Testing and Usage
In the intro I mentioned the Darblet and of course I have to show you a comparison of that and the Halite. The connections are virtually the same for the right, left and front but as you can see the Halite is huge improvement in terms of aesthetics where the Darblet kind of looked cheap honestly and just really out of place in your home theater setup surely. Salt Labs fixed the looks of the Darblet but sadly left the questionable port positioning as is.
Installation is very simple, HDMI input and HDMI output and you’re setup, then you’ll need to connect the power and you’re all ready to go. I personally hooked mine up between my HDTV and my Sony HT-C100 home theater system which has three HDMI inputs and one output to the HDTV. So I have my Xbox 360, PS3 and Verizon FIOS box running through it and they’re all enhanced with the Halite.
The Halite does have LEDs on it, one to indicate power and one to indicate that it’s in use.
Once hooked up and powered on your can access the menus view the remote or buttons on the Halite itself. The first menu offers several choices for setting on the three modes, HiDef, Gaming and Full Pop and then choices for Help, Settings and About.
Under Setting you’ll find choices for Demo, Logo Properties, LED Brightness, Language, Advanced Settings and Reset.
The Darbee logo can be on-screen at all times which can be annoying especially for gaming I think so you can go into the Settings and change that so it only appears for a few seconds and only when you’re making adjustments.
I also very much like the fact that it lets you adjust the LED brightness settings, there’s nothing worse than watching a movie in the dark with bright LEDs shining back at you.
The Advanced Settings is just for Fine Control adjustments so you can adjust in 1 percent increments or not. You can adjust the the visual cues in increments from 1% all the way up to 120% so you truly get full control over how the Halite works and it can really be adjusted to your own personal preferences.
The About page is just version, firmware etc.
The Help page is one that I think everyone should take a look at as it tells you more information about the modes and what they’re used for.
HiDef is primarily for high quality video like Blu-Rays.
Gaming is so you can see more depth and detail in your gaming.
The last mode is Full Pop which is specifically for improving lower quality videos and yes it really does work.
When I reviewed the Darblet I used a lot of pictures of the screen for comparison and since this is essentially the exact same product I thought I’d do this one a little bit different and use videos.
I’ve got three videos for you showing the demo modes of each of the three modes, I used my PS3 and the FireFly Blu-rays along with a game.
I paused it to show you the differences more readily.
The demo wipes across the screen instantly showing you the differences between on and off. I used the 100% setting for this which can be extreme, but I wanted to really show the differences. It can go all the way up to 120% or all the way down to just 1%, and anywhere in between. The idea is that you can adjust it to your personal preferences.

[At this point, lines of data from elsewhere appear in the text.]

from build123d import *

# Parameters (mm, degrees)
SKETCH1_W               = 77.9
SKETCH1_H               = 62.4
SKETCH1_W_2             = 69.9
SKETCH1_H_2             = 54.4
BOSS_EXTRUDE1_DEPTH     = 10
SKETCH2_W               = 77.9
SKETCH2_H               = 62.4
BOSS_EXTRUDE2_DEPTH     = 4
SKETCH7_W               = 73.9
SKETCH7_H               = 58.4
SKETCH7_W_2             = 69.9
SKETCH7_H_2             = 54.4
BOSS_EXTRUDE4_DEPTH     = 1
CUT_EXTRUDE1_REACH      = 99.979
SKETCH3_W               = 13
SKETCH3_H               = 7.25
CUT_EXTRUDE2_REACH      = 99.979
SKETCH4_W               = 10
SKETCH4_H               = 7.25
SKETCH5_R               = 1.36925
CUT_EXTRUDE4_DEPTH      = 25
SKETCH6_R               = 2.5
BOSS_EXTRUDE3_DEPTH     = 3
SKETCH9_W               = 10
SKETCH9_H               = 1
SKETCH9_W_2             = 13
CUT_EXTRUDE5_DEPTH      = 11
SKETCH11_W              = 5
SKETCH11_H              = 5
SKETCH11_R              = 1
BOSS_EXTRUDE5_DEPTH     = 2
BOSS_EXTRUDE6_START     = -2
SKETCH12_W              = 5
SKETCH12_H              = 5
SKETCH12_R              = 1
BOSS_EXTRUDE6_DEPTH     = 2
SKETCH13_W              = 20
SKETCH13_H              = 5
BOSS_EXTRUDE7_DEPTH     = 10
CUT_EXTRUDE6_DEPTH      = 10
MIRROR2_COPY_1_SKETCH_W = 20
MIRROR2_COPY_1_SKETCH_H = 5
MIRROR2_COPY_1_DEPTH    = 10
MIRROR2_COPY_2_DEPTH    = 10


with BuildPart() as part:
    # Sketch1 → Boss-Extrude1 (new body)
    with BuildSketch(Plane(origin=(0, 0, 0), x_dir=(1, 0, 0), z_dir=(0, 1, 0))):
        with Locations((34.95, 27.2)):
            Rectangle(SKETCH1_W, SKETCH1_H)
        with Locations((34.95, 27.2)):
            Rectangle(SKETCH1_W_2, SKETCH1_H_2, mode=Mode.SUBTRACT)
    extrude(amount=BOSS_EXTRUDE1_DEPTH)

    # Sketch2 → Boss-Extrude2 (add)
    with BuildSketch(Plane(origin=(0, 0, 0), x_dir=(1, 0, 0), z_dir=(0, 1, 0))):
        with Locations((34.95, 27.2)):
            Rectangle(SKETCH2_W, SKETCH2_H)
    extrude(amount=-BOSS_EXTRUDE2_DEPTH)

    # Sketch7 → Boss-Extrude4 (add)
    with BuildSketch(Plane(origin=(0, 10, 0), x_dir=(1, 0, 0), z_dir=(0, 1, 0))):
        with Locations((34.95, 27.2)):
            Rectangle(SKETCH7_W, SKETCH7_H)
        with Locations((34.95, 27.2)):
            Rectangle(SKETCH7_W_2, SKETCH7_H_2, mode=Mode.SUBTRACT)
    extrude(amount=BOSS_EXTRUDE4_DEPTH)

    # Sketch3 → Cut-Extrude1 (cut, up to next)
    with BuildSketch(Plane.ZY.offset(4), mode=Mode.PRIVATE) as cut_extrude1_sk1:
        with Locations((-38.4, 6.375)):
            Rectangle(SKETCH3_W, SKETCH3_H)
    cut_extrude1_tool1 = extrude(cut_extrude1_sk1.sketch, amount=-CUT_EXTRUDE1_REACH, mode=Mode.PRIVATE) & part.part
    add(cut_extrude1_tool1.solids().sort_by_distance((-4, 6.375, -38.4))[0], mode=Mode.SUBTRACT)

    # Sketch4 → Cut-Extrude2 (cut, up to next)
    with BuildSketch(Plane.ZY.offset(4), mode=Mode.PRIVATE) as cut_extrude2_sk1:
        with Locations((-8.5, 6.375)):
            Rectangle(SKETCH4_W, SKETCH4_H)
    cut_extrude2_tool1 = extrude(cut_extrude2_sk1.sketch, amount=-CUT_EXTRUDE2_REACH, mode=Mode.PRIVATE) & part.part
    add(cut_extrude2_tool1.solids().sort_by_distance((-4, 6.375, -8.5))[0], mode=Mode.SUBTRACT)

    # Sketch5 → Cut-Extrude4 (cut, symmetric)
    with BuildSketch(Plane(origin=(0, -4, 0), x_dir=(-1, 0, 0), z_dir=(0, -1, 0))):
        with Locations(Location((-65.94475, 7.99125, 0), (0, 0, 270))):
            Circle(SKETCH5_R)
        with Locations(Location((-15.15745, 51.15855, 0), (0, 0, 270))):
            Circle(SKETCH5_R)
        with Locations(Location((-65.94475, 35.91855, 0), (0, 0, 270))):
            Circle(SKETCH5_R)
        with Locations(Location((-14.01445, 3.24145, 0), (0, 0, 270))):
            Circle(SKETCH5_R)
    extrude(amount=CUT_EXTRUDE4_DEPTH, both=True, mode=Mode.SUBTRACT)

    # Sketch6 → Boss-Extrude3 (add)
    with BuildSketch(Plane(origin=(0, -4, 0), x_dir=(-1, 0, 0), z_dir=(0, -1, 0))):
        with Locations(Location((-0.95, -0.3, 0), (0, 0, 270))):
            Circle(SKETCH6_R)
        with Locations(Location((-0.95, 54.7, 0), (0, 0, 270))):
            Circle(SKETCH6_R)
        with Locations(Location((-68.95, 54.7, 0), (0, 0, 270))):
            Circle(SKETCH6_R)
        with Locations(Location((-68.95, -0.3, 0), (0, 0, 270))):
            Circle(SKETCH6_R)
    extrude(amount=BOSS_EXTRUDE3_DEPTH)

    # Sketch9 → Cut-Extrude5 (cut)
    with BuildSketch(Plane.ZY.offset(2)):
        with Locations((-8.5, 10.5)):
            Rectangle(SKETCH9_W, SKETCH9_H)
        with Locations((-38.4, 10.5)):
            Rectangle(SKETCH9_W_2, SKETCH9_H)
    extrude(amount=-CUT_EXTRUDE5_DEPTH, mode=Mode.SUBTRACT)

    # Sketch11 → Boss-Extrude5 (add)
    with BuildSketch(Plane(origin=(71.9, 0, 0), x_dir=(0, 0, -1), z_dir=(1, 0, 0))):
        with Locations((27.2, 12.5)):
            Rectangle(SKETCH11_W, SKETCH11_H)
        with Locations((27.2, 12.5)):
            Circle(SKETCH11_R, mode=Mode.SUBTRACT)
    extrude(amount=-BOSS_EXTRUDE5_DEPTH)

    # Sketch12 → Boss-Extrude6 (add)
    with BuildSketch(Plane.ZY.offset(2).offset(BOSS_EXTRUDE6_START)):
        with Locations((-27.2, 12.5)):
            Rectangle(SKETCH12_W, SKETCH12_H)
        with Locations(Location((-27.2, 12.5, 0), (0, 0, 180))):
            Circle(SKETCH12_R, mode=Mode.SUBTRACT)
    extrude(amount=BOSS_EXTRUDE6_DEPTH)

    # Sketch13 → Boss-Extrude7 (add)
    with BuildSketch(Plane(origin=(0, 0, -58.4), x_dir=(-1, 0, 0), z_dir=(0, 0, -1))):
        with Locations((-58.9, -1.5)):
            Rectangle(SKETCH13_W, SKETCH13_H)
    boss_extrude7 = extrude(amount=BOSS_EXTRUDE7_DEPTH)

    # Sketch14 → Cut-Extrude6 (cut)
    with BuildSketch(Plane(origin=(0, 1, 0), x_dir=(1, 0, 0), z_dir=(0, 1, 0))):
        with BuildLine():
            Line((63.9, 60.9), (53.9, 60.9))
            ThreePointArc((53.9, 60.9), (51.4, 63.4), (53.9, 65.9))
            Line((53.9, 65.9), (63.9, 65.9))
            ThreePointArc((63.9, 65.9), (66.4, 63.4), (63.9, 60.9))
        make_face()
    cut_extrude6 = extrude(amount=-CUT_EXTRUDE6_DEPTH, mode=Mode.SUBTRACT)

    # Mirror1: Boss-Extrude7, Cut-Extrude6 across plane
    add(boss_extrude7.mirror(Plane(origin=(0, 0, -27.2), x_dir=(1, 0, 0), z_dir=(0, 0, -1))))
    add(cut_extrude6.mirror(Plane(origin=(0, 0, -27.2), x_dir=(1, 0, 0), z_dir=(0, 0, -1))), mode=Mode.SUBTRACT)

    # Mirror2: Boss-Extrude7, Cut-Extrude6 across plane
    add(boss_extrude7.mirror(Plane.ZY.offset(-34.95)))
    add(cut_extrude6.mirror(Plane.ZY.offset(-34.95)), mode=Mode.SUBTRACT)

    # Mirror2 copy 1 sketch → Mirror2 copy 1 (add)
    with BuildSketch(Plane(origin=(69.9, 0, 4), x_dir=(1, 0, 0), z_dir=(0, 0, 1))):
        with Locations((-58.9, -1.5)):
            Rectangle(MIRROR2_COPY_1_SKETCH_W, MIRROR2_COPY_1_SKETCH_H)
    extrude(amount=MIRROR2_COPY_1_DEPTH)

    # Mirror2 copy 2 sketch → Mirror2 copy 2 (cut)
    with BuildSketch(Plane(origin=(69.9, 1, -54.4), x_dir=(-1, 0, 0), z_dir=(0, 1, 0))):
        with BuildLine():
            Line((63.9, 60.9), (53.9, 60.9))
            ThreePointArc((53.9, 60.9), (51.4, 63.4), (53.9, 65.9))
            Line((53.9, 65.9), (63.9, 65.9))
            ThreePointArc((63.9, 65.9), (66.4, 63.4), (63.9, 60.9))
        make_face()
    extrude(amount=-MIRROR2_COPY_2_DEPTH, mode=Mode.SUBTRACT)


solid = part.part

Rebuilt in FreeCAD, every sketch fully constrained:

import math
import FreeCAD as App
import Part
import Sketcher

V = App.Vector
Q = App.Units.Quantity

doc = App.newDocument("Part")
body = doc.addObject("PartDesign::Body", "Body")

# Sketch on XZ plane
sketch1 = body.newObject("Sketcher::SketchObject", "Sketch")
sketch1.AttachmentSupport = (doc.getObject("XZ_Plane"), [""])
sketch1.MapMode = "FlatFace"
sketch1.addGeometry(Part.LineSegment(V(-4, -58.4, 0), V(-4, 4, 0)), False)
sketch1.addGeometry(Part.LineSegment(V(-4, 4, 0), V(73.9, 4, 0)), False)
sketch1.addGeometry(Part.LineSegment(V(73.9, 4, 0), V(73.9, -58.4, 0)), False)
sketch1.addGeometry(Part.LineSegment(V(73.9, -58.4, 0), V(-4, -58.4, 0)), False)
sketch1.addGeometry(Part.LineSegment(V(69.9, 0, 0), V(0, 0, 0)), False)
sketch1.addGeometry(Part.LineSegment(V(0, 0, 0), V(0, -54.4, 0)), False)
sketch1.addGeometry(Part.LineSegment(V(0, -54.4, 0), V(69.9, -54.4, 0)), False)
sketch1.addGeometry(Part.LineSegment(V(69.9, -54.4, 0), V(69.9, 0, 0)), False)
sketch1.addConstraint(Sketcher.Constraint("Coincident", 0, 2, 1, 1))
sketch1.addConstraint(Sketcher.Constraint("Coincident", 1, 2, 2, 1))
sketch1.addConstraint(Sketcher.Constraint("Coincident", 2, 2, 3, 1))
sketch1.addConstraint(Sketcher.Constraint("Coincident", 3, 2, 0, 1))
sketch1.addConstraint(Sketcher.Constraint("Coincident", 4, 2, 5, 1))
sketch1.addConstraint(Sketcher.Constraint("Coincident", 5, 2, 6, 1))
sketch1.addConstraint(Sketcher.Constraint("Coincident", 6, 2, 7, 1))
sketch1.addConstraint(Sketcher.Constraint("Coincident", 7, 2, 4, 1))
sketch1.addConstraint(Sketcher.Constraint("Vertical", 0))
sketch1.addConstraint(Sketcher.Constraint("Horizontal", 1))
sketch1.addConstraint(Sketcher.Constraint("Vertical", 2))
sketch1.addConstraint(Sketcher.Constraint("Horizontal", 3))
sketch1.addConstraint(Sketcher.Constraint("Horizontal", 4))
sketch1.addConstraint(Sketcher.Constraint("Vertical", 5))
sketch1.addConstraint(Sketcher.Constraint("Horizontal", 6))
sketch1.addConstraint(Sketcher.Constraint("Vertical", 7))
sketch1.addConstraint(Sketcher.Constraint("Coincident", 4, 2, -1, 1))
sketch1.addConstraint(Sketcher.Constraint("DistanceX", 1, 1, 1, 2, Q("77.9 mm")))
sketch1.addConstraint(Sketcher.Constraint("DistanceX", 4, 2, 4, 1, Q("69.9 mm")))
sketch1.addConstraint(Sketcher.Constraint("DistanceY", 0, 1, 0, 2, Q("62.4 mm")))
sketch1.addConstraint(Sketcher.Constraint("DistanceY", 5, 2, 5, 1, Q("54.4 mm")))
sketch1.addConstraint(Sketcher.Constraint("DistanceX", 0, 2, -1, 1, Q("4 mm")))
sketch1.addConstraint(Sketcher.Constraint("DistanceY", -1, 1, 0, 2, Q("4 mm")))
pad1 = body.newObject("PartDesign::Pad", "Pad")
pad1.Profile = sketch1
pad1.Length = 10
pad1.Reversed = True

The first is the Full Pop mode, yes it’s made for lower resolution videos, but you can use to HD content as well. Actually you could use any of the modes for HD content or just switch them around, it’s more of a personal preference I think.

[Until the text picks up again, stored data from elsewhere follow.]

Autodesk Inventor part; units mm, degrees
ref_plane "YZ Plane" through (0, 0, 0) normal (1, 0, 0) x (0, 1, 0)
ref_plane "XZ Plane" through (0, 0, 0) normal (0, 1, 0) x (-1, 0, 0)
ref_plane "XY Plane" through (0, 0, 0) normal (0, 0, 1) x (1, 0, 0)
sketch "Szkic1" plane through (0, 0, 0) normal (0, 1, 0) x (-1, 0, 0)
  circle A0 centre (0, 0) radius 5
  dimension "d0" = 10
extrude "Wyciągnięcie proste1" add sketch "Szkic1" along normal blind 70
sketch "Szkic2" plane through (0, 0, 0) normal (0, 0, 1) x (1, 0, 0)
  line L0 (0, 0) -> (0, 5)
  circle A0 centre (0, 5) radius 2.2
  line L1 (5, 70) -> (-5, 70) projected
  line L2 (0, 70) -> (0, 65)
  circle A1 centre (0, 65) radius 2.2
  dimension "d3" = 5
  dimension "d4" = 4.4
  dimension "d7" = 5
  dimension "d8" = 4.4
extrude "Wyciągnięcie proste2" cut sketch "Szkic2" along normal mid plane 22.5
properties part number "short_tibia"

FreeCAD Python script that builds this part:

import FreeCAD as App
import Part
import Sketcher
Q = App.Units.Quantity

doc = App.newDocument("Part")
body = doc.addObject("PartDesign::Body", "Body")

sketch1 = body.newObject("Sketcher::SketchObject", "Sketch")
sketch1.AttachmentSupport = (doc.getObject("XZ_Plane"), [""])
sketch1.MapMode = "FlatFace"
sketch1.addGeometry(Part.Circle(App.Vector(0, 0, 0), App.Vector(0, 0, 1), 5), False)
sketch1.addConstraint(Sketcher.Constraint("Coincident", 0, 3, -1, 1))
sketch1.addConstraint(Sketcher.Constraint("Diameter", 0, Q("10 mm")))
pad1 = body.newObject("PartDesign::Pad", "Pad")
pad1.Profile = sketch1
pad1.Length = 70
pad1.Reversed = True

sketch2 = body.newObject("Sketcher::SketchObject", "Sketch001")
sketch2.AttachmentSupport = (doc.getObject("XY_Plane"), [""])
sketch2.MapMode = "FlatFace"
sketch2.addGeometry(Part.Circle(App.Vector(0, 5, 0), App.Vector(0, 0, 1), 2.2), False)
sketch2.addGeometry(Part.Circle(App.Vector(0, 65, 0), App.Vector(0, 0, 1), 2.2), False)
sketch2.addConstraint(Sketcher.Constraint("Equal", 0, 1))
sketch2.addConstraint(Sketcher.Constraint("PointOnObject", 0, 3, -2))
sketch2.addConstraint(Sketcher.Constraint("PointOnObject", 1, 3, -2))
sketch2.addConstraint(Sketcher.Constraint("Diameter", 0, Q("4.4 mm")))
sketch2.addConstraint(Sketcher.Constraint("DistanceY", -1, 1, 0, 3, Q("5 mm")))
sketch2.addConstraint(Sketcher.Constraint("DistanceY", -1, 1, 1, 3, Q("65 mm")))
pocket1 = body.newObject("PartDesign::Pocket", "Pocket")
pocket1.Profile = sketch2
pocket1.Length = 22.5
pocket1.Midplane = True

doc.recompute()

The next video is the HiDef mode for you. I mentioned in the intro about how the Halite can bring things in the background more into focus, and here’s a great example as Kaylee looks not quite focused until the Halite brings out the details and sharpens the image to bring the background more into focus.
The last video is the gaming mode and I didn’t pause it for this one but you can plainly see the differences as it wipes across the screen. In Gaming mode the Halite really does enhance the screen and bring out more of the details I think. If you paid attention above the description for the Gaming mentions it can make it easier for you to win, not sure about that claim, but it does make it look a lot better.
The Halite can not only improve high definition but it can do the same for standard definition as well, at least very much improve the overall look of it making SD content a more enjoyable viewing experience.
You do have to watch the levels you’re set at with the Halite as just like the Darblet it can over-enhance your videos and add what look to artifacts (for lack of a better word) to your videos, thankfully they included a remote that allows for quick and precise adjustments on the fly or on a per video basis. I found that if I play with it and find the level that looks right to me, then for the most it works for everything without the need for more adjustments.
One other thing, I don’t think I mentioned it in the Darblet review, but I should have and that’s the remote. The remote is white, every remote I have, with the exception of my Xbox 360 remote, is black so not sure why they went with white. Also I’m not sure about the whole credit style remote either, I would prefer something more hand friendly or remote shaped. As is, the remote does work fine and you can easily adjust the Halite from across the room, but it’s just a personal preference as to the color and shape.
The price might be considered high to some people but in my opinion it’s worth it, especially if you use your HDTV a lot as I’m sure most people do. The Halite can really add a new dimension and better quality to your viewing experience.